My physical condition has always been teased

[Guest guest]

Alpe Foundation in the news from which the article below mentions, with pics:

http://ivcongresoalpeacondroplasia.blogspot.com/2010/10/lunes-11-de-octubre-clau\

sura-del-iv.html

The Alpe Foundation's own homepage:

http://www.fundacionalpe.org/

The article, " My physical condition has always been teased. " :

http://www.discapacitadosonline.org/condicion-fisica-objeto-burla.html

In Espanol but translated here into English:

" My physical condition has always been teased. "

Spain-The people of short stature (Achondroplasia) for their condition have

always been used as an object of laughter.

" According to Felipe Orviz, My disability is the only one laughing because,

unlike other disabilities that if they are viewed with respect as Down Syndrome,

disabled or suffering from sensory disabilities.

Felipe Orviz is less than five feet tall, just call on a payphone, or get cash

from an ATM, but does 'a funeral every day' for your situation. The man,

affected by Achondroplasia (a person of short stature), is asking to break the

barriers of architecture, but also, and most important, social.
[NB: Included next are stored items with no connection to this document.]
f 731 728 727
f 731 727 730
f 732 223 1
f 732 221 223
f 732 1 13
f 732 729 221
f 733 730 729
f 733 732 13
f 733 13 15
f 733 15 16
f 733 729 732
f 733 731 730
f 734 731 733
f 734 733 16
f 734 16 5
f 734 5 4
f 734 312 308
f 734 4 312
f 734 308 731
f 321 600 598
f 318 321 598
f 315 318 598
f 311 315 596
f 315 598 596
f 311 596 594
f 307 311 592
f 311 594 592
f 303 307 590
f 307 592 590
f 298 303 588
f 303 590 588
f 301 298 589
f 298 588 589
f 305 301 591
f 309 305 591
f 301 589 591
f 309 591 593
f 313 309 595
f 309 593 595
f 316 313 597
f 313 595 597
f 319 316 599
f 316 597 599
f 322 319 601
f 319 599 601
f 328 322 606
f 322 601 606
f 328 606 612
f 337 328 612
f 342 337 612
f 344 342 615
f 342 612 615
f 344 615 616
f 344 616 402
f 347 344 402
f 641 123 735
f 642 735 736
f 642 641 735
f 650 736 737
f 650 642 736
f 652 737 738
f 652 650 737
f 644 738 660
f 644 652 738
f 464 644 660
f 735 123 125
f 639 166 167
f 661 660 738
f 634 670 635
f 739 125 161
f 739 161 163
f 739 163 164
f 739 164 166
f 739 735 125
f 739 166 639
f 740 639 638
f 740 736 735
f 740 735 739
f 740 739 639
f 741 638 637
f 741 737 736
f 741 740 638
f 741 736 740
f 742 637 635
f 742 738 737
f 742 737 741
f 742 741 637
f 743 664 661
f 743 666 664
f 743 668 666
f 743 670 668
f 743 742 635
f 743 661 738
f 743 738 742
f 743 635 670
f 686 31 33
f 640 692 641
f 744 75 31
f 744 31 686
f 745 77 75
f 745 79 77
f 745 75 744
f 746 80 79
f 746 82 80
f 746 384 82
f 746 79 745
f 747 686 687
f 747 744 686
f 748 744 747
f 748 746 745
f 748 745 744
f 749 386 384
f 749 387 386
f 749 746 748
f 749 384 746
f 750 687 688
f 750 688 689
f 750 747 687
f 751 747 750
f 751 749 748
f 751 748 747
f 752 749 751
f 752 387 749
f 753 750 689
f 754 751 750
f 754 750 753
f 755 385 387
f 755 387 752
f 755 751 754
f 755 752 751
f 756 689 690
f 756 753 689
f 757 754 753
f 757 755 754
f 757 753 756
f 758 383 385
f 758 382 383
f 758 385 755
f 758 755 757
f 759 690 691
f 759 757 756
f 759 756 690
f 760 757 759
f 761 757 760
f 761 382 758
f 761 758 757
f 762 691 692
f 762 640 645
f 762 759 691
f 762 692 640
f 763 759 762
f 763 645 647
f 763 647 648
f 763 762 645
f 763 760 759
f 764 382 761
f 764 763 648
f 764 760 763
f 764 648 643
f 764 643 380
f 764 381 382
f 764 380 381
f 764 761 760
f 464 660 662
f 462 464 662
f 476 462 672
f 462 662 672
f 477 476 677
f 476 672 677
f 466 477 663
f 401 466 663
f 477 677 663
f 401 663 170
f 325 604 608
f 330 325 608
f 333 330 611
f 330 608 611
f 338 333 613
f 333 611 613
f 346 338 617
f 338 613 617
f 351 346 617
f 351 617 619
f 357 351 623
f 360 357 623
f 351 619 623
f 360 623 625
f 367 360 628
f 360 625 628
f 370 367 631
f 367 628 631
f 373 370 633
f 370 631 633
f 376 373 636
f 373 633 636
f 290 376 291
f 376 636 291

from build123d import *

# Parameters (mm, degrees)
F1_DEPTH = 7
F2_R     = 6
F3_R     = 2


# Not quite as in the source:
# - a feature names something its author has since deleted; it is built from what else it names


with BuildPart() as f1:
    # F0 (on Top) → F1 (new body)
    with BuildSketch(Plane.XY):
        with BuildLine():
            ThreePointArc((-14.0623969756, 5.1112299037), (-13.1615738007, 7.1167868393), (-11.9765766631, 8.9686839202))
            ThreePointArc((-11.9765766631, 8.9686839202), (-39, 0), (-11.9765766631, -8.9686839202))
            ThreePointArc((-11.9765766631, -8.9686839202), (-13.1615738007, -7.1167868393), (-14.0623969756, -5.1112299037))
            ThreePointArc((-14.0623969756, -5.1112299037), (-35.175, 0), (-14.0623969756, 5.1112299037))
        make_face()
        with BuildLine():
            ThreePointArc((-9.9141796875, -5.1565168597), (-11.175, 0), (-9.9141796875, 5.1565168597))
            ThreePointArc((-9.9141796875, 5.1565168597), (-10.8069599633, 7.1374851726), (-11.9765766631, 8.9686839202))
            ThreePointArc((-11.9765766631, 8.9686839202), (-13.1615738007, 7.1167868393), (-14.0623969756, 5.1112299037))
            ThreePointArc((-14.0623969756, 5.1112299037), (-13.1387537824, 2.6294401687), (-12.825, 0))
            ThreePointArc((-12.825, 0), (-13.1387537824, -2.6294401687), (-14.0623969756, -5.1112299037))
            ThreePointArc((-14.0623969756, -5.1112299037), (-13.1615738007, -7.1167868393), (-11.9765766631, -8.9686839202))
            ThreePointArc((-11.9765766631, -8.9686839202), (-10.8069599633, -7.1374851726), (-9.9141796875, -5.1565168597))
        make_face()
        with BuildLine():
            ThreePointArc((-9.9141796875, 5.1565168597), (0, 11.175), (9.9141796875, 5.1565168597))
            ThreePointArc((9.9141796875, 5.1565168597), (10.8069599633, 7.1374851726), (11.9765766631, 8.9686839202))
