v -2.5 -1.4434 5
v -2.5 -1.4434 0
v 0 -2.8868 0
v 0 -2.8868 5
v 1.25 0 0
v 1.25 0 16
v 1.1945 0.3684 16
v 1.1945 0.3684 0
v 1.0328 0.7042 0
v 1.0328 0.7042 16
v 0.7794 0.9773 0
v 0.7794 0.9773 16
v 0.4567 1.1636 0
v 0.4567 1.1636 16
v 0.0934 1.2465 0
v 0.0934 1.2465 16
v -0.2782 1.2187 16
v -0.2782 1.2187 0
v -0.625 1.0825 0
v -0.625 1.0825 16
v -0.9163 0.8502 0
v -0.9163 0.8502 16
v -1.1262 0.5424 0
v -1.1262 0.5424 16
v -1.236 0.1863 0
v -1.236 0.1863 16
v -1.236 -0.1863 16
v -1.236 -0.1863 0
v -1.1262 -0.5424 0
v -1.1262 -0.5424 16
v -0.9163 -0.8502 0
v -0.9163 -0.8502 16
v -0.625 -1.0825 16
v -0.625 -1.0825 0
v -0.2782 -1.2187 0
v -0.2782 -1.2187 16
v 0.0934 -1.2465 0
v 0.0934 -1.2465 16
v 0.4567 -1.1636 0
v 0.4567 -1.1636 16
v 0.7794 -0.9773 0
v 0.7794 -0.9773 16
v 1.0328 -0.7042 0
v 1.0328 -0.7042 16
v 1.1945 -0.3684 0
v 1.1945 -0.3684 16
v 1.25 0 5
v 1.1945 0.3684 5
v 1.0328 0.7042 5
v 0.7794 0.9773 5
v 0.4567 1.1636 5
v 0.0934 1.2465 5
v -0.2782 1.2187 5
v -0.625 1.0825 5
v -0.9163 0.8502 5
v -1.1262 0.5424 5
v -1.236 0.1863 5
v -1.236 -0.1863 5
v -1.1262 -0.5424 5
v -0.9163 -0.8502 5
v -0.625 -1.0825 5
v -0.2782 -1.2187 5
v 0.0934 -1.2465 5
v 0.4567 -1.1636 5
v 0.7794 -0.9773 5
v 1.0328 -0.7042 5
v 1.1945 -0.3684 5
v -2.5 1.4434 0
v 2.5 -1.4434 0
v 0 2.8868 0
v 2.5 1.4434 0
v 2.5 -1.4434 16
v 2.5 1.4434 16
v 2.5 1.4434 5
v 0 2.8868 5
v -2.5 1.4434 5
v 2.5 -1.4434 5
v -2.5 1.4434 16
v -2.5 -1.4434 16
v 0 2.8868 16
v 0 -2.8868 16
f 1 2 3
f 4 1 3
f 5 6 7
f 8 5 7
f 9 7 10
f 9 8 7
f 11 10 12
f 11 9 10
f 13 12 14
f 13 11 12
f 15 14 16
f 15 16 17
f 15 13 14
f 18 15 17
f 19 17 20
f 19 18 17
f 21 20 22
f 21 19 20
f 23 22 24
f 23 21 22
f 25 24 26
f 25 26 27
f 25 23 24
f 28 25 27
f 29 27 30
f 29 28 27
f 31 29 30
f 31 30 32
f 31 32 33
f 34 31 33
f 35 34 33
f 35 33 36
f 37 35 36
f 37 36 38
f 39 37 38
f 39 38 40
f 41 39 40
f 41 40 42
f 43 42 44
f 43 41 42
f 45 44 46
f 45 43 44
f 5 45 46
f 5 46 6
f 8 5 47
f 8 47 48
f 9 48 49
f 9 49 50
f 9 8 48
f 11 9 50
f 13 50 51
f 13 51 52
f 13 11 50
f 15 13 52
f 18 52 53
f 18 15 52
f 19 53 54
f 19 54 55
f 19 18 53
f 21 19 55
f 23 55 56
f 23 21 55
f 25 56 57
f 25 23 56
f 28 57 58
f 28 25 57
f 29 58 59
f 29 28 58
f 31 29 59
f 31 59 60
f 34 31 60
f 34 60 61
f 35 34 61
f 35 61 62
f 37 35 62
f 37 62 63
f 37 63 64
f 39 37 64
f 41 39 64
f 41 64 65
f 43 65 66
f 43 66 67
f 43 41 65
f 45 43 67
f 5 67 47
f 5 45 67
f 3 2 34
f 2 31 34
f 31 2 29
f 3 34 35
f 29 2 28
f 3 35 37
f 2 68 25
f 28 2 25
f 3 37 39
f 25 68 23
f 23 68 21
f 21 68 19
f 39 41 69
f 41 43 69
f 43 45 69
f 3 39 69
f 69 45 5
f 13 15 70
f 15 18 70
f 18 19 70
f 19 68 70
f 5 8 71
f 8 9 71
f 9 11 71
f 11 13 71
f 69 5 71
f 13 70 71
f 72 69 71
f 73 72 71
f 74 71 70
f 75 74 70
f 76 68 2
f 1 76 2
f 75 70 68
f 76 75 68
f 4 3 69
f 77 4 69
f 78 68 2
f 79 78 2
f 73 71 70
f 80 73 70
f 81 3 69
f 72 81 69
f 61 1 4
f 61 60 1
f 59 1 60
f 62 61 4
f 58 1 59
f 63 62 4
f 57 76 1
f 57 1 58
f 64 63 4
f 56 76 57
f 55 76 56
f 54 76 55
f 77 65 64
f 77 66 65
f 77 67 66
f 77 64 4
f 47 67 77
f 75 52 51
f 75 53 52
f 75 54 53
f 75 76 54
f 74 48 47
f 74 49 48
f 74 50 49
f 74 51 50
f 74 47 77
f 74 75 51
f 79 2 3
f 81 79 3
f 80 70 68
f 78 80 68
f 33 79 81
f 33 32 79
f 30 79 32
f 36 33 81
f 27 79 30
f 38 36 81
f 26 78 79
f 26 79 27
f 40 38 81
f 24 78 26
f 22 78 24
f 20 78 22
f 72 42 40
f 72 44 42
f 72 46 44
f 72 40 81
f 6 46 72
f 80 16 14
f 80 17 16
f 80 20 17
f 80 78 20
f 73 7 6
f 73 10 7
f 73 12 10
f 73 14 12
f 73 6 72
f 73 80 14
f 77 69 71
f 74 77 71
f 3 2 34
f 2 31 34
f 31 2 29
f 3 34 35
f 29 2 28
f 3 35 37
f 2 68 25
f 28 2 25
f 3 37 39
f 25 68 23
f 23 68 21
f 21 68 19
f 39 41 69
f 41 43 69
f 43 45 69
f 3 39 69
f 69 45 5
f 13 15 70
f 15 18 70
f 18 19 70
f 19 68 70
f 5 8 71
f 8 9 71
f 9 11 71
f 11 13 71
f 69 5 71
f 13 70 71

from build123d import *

# Parameters (mm, degrees)
F0_R     = 1.25
F1_DEPTH = 5
F2_DEPTH = 16


with BuildPart() as f1:
    # F0 (on Top) → F1 (new body)
    with BuildSketch(Plane.XY):
        Polygon((-2.5, 1.443376), (-2.5, -1.443376), (0, -2.886751), (2.5, -1.443376), (2.5, 1.443376), (0, 2.886751), align=None)
        Circle(F0_R, mode=Mode.SUBTRACT)
    extrude(amount=F1_DEPTH)


with BuildPart() as f2:
    # F0 (on Top) → F2 (new body)
    with BuildSketch(Plane.XY):
        Polygon((-2.5, 1.443376), (-2.5, -1.443376), (0, -2.886751), (2.5, -1.443376), (2.5, 1.443376), (0, 2.886751), align=None)
        Circle(F0_R, mode=Mode.SUBTRACT)
    extrude(amount=F2_DEPTH)


solid = Compound([f1.part, f2.part])
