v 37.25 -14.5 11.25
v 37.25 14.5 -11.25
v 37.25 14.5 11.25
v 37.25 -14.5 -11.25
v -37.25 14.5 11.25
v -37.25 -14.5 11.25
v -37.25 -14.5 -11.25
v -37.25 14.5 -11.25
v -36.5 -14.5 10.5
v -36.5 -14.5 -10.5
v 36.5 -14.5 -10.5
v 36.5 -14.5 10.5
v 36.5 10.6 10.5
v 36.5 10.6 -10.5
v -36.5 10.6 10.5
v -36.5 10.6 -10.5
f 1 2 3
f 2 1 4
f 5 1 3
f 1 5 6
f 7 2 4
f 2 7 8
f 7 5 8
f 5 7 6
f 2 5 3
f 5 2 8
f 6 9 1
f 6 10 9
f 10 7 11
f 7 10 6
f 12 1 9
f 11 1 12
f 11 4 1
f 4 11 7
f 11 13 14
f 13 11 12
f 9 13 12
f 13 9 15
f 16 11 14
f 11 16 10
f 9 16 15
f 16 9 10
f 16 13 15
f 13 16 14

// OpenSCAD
// file: parameters.scad
//parameters
//thickness of box sides
wall = 2;

//width of cards, including sleeves and extra space
crdX = 70;

//length of cards including sleeves and extra space
crdY = 93;                  

//height of the entire pile of cards.  modify if you have more cards
crdZ = 18;

//how much of the main box is tapered to accommodate the lid
lidY = 25;

//the size of the taper
lidDiff = 0.75;

//The amount of "looseness" between the lid and the box on each side
lidSpacing = 0.25;

sideFontName="Impact";
sideFontSize=10;
sideFontLeftPadding=2;

//constant to avoid coincident faces.  don't change this
_min=0.1;

//calculated values
trayX = crdX+(2*wall);
trayY = crdY+(2*wall);
trayZ = crdZ+(2*wall);
// main file
include <parameters.scad>


difference(){
cube([trayX+(2*lidSpacing), lidY+(2*wall), trayZ+(2*lidSpacing)],center=true);
    
translate([0,-(2*wall)+_min+1,0])
        cube([trayX-(2*lidDiff)+(2*lidSpacing),lidY+wall,trayZ-(2*lidDiff)+(2*lidSpacing)],center=true);
}
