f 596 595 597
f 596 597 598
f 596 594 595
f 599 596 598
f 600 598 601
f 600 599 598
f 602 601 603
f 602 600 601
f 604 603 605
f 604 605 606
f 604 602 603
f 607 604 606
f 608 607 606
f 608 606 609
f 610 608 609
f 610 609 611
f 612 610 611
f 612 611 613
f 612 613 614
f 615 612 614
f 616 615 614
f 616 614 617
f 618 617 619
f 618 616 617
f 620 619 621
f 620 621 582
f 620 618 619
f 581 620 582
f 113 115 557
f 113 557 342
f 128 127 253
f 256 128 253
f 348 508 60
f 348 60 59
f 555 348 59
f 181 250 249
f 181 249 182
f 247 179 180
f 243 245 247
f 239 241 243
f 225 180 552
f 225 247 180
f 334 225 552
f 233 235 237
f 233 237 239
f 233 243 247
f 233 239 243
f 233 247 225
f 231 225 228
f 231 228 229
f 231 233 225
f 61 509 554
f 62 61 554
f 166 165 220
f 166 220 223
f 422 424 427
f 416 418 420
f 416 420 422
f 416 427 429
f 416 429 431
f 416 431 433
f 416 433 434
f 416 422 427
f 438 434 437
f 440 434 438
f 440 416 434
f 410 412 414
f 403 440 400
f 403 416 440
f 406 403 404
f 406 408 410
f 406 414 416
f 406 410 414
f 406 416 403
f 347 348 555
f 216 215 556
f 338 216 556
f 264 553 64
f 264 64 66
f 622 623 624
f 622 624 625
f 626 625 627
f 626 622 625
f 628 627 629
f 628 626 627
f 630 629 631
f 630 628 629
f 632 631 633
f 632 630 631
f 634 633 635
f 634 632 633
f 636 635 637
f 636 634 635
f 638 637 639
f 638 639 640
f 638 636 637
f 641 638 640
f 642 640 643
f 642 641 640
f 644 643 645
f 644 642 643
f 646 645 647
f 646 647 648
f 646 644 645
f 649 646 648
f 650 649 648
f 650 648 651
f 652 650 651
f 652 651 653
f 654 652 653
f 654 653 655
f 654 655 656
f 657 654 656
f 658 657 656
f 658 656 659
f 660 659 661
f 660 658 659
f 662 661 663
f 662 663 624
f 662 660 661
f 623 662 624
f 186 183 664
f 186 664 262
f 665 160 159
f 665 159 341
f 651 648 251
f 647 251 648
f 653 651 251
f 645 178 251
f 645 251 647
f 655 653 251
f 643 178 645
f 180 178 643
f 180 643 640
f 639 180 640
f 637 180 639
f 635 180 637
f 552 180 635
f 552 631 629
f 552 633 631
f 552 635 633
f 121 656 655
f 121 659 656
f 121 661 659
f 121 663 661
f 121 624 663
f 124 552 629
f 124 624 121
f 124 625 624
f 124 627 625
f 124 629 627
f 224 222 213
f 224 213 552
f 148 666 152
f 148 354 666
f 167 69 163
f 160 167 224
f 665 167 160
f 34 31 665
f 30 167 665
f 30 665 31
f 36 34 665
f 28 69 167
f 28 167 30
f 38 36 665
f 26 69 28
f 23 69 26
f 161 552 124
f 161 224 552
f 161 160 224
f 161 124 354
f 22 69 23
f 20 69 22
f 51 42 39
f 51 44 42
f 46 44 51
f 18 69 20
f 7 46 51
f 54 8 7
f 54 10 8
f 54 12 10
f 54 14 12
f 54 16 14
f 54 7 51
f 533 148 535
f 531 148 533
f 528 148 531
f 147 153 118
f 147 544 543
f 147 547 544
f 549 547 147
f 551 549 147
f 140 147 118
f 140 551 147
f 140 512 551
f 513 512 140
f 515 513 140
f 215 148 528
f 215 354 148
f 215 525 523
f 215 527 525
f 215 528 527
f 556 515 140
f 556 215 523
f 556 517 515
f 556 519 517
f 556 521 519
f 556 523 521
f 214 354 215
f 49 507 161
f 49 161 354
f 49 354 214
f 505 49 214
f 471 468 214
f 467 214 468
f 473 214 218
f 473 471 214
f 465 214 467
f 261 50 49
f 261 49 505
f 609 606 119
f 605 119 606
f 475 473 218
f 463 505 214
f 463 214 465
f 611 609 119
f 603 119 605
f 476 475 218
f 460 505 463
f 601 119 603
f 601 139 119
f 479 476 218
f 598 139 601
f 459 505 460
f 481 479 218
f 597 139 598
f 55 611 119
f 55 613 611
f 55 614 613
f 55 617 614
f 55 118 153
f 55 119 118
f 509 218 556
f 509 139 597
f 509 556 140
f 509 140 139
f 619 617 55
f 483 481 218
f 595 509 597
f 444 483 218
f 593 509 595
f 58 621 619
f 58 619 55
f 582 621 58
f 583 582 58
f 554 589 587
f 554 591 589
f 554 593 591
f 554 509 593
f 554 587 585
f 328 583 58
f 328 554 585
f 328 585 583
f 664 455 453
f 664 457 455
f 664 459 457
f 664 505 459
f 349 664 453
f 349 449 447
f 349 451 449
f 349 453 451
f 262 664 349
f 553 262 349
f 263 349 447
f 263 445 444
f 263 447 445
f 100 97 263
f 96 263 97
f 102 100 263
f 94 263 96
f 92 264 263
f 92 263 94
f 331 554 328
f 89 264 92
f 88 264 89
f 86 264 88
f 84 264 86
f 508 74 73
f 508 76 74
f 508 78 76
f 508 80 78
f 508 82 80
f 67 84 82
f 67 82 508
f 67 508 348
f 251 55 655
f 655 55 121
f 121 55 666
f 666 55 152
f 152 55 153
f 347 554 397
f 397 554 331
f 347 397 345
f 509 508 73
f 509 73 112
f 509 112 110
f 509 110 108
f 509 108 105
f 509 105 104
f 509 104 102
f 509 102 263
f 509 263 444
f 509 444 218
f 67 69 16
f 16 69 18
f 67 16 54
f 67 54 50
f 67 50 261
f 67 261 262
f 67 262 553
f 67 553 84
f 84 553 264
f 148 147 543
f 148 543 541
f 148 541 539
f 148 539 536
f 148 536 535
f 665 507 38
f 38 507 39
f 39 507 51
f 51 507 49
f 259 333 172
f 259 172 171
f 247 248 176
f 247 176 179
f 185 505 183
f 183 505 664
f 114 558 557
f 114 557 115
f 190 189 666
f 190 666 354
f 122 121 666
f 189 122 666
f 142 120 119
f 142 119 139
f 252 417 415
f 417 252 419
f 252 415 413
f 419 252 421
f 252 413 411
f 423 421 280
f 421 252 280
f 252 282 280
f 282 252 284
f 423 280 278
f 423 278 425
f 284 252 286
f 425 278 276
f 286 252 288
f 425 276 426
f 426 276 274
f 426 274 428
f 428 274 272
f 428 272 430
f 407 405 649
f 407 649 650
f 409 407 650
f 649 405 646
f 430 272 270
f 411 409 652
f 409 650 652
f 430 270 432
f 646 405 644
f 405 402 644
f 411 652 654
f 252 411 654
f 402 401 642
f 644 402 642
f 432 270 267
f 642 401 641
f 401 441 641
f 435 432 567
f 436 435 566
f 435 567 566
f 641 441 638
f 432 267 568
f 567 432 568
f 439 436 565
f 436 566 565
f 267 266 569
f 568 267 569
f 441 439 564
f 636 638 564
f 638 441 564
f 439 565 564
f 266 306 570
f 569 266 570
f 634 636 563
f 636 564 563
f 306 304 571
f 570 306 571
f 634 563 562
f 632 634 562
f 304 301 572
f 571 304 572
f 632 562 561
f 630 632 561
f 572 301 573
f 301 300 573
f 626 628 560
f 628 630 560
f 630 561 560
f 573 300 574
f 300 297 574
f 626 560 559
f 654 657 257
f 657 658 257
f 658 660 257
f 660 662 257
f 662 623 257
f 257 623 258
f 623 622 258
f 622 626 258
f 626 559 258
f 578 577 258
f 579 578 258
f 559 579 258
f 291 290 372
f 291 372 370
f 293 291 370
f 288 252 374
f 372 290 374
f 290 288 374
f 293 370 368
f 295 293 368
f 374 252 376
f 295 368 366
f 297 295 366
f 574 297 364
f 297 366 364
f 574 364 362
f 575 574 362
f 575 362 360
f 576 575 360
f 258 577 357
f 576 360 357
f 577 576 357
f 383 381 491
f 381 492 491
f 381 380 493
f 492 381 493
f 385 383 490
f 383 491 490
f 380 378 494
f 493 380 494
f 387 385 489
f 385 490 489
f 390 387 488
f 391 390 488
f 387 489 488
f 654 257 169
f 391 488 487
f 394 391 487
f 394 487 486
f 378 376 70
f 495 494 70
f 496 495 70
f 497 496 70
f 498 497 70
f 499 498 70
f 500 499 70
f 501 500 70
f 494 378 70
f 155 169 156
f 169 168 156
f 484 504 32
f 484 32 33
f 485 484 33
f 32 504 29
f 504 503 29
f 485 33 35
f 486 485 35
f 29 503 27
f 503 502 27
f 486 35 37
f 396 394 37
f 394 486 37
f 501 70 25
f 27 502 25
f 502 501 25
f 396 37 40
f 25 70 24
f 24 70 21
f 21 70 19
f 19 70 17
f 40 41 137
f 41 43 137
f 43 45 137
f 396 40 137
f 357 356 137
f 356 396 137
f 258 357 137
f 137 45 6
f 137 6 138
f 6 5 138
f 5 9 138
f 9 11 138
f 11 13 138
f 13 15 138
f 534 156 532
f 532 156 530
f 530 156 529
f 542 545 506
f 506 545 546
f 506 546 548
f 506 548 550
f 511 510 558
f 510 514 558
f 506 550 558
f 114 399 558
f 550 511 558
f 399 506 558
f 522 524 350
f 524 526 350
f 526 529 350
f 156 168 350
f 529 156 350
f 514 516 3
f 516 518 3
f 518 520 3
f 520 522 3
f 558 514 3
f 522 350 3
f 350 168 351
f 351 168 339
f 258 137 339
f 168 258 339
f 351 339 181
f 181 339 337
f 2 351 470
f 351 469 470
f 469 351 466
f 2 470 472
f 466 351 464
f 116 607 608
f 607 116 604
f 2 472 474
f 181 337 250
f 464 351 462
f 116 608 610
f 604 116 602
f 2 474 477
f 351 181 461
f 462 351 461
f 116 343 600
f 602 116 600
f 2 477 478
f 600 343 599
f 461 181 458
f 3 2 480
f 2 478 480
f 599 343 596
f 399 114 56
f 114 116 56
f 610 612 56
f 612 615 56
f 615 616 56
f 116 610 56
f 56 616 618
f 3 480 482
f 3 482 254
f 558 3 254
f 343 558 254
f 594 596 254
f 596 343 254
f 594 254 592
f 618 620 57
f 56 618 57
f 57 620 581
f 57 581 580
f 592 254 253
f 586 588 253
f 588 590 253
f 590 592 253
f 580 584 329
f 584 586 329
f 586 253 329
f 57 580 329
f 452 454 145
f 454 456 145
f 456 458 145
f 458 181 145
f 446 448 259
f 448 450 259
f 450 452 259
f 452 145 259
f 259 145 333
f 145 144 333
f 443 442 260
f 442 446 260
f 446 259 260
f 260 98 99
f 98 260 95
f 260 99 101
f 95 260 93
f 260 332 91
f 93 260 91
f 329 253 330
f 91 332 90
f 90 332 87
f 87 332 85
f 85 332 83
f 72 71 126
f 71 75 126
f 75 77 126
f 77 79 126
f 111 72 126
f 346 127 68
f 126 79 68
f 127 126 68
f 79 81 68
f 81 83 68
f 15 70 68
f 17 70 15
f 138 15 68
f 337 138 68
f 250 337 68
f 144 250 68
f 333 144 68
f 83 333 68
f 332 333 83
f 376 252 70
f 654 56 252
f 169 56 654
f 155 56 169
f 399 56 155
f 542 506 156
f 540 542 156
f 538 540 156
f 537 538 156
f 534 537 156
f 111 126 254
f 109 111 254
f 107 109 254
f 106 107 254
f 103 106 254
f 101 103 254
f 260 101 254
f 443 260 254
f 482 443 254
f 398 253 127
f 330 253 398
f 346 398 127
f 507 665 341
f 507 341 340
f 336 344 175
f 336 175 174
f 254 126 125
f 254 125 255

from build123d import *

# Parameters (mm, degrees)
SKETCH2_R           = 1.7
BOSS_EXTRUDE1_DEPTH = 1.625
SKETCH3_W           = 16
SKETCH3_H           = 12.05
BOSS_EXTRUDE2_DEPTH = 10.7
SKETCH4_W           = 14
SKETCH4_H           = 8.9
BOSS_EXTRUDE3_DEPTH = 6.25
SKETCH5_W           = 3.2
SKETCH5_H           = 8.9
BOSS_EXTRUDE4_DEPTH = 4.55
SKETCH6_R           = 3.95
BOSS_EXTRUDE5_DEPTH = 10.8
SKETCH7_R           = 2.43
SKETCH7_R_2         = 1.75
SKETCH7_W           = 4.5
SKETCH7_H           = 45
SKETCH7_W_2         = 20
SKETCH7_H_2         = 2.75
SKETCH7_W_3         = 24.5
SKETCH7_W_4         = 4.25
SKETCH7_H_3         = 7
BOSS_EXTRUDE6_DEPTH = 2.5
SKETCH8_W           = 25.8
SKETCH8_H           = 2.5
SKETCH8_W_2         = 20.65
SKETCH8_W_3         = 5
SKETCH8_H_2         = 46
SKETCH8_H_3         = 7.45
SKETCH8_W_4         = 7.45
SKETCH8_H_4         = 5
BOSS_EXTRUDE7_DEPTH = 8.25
Legal Adviser to

the Alpe Foundation, attended yesterday Orviz Felipe IV International Congress

on Achondroplasia, held in Gijón, to raise awareness and research advances in

this field. Although there is no census of people affected by disability,

Asturias only 12 cases have been detected in schools.

- What progress has been made in the investigation of Achondroplasia? Right now

it's in experimental stage, we can not speak of a practical application, but the

issue of ID i to improve the quality of life, we can talk about progress. In the

homeopathic treatment is making a bid to improve the quality of life. Then in

the social sphere, we have to make the first doctoral thesis on the social

stigma of people with Achondroplasia.

" In the strictly medical field, what claim? There is a national census. No one

knows how many we are, or what we do, or what quality of life we have. We are

calling to the ministry of social policy and health to develop a nationwide

census. Then demand a performance protocol from birth the fetus, because to be a

low incidence of physical disability there is very little information between

professionals and what little there, are scattered. Already there have been

several deaths of newborns can not handle, it is not only a matter of height.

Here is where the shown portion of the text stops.